WHAT IS BEING ASKED → When you reach the line containing "#319=FACE_BOUND('',#318,.T.);" in the data below, begin returning lines exactly as written, and stop once the line containing "#333=MANIFOLD_SOLID_BREP('',#332);" has been returned.

DATA PROVIDED →
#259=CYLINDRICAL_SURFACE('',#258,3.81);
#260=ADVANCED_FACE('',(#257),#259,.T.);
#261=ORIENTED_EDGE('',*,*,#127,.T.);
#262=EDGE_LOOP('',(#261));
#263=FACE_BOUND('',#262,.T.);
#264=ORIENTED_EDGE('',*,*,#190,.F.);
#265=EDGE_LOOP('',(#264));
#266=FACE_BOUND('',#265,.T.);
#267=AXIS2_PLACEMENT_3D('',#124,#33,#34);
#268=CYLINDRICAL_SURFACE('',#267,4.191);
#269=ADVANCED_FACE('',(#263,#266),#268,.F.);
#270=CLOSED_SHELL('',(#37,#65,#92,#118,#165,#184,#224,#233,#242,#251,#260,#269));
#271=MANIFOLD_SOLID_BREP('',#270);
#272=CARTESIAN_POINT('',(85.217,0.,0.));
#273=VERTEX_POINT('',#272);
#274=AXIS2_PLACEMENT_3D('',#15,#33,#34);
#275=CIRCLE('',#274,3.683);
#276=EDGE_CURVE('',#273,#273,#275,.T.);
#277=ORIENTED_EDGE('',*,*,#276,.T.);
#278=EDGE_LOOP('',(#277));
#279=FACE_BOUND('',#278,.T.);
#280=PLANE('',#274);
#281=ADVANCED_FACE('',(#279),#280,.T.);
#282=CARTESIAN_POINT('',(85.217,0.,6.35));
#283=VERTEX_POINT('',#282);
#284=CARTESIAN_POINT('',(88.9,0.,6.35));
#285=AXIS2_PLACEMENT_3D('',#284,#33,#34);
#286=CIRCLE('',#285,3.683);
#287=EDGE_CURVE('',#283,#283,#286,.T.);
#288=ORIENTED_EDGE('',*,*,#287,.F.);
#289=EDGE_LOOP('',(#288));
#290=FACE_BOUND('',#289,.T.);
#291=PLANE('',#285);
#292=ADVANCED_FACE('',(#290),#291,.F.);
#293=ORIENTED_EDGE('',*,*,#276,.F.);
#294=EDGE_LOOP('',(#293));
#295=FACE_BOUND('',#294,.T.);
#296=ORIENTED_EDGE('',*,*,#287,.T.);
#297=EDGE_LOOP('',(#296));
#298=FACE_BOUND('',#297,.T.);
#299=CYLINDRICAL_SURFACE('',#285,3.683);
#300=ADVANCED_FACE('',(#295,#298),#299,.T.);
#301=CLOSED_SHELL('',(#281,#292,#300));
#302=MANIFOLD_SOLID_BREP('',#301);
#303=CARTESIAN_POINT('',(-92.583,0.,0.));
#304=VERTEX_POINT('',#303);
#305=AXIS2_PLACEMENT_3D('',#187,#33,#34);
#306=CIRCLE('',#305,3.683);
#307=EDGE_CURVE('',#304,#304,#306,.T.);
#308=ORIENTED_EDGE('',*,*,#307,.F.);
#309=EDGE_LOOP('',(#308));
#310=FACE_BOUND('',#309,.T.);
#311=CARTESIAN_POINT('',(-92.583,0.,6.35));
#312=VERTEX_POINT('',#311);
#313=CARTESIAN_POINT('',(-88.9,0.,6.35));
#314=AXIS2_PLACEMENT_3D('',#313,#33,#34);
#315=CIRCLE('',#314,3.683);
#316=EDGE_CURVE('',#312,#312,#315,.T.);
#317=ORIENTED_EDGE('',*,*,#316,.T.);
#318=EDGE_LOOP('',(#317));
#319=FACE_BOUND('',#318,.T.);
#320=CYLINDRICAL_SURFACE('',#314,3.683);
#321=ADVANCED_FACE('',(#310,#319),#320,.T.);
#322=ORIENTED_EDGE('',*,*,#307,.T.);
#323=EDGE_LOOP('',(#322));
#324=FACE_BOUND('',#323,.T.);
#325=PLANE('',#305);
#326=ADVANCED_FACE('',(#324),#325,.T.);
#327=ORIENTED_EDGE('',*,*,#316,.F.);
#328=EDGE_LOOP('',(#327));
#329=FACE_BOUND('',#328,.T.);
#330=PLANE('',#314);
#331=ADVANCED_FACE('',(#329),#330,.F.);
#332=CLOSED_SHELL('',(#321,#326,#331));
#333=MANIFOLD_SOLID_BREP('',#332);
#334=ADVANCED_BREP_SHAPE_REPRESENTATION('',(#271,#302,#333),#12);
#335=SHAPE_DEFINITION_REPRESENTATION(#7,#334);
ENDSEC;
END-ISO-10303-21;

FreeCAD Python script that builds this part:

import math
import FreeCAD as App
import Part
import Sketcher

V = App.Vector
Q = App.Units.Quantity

YOUR SOLUTION →
#319=FACE_BOUND('',#318,.T.);
#320=CYLINDRICAL_SURFACE('',#314,3.683);
#321=ADVANCED_FACE('',(#310,#319),#320,.T.);
#322=ORIENTED_EDGE('',*,*,#307,.T.);
#323=EDGE_LOOP('',(#322));
#324=FACE_BOUND('',#323,.T.);
#325=PLANE('',#305);
#326=ADVANCED_FACE('',(#324),#325,.T.);
#327=ORIENTED_EDGE('',*,*,#316,.F.);
#328=EDGE_LOOP('',(#327));
#329=FACE_BOUND('',#328,.T.);
#330=PLANE('',#314);
#331=ADVANCED_FACE('',(#329),#330,.F.);
#332=CLOSED_SHELL('',(#321,#326,#331));
#333=MANIFOLD_SOLID_BREP('',#332);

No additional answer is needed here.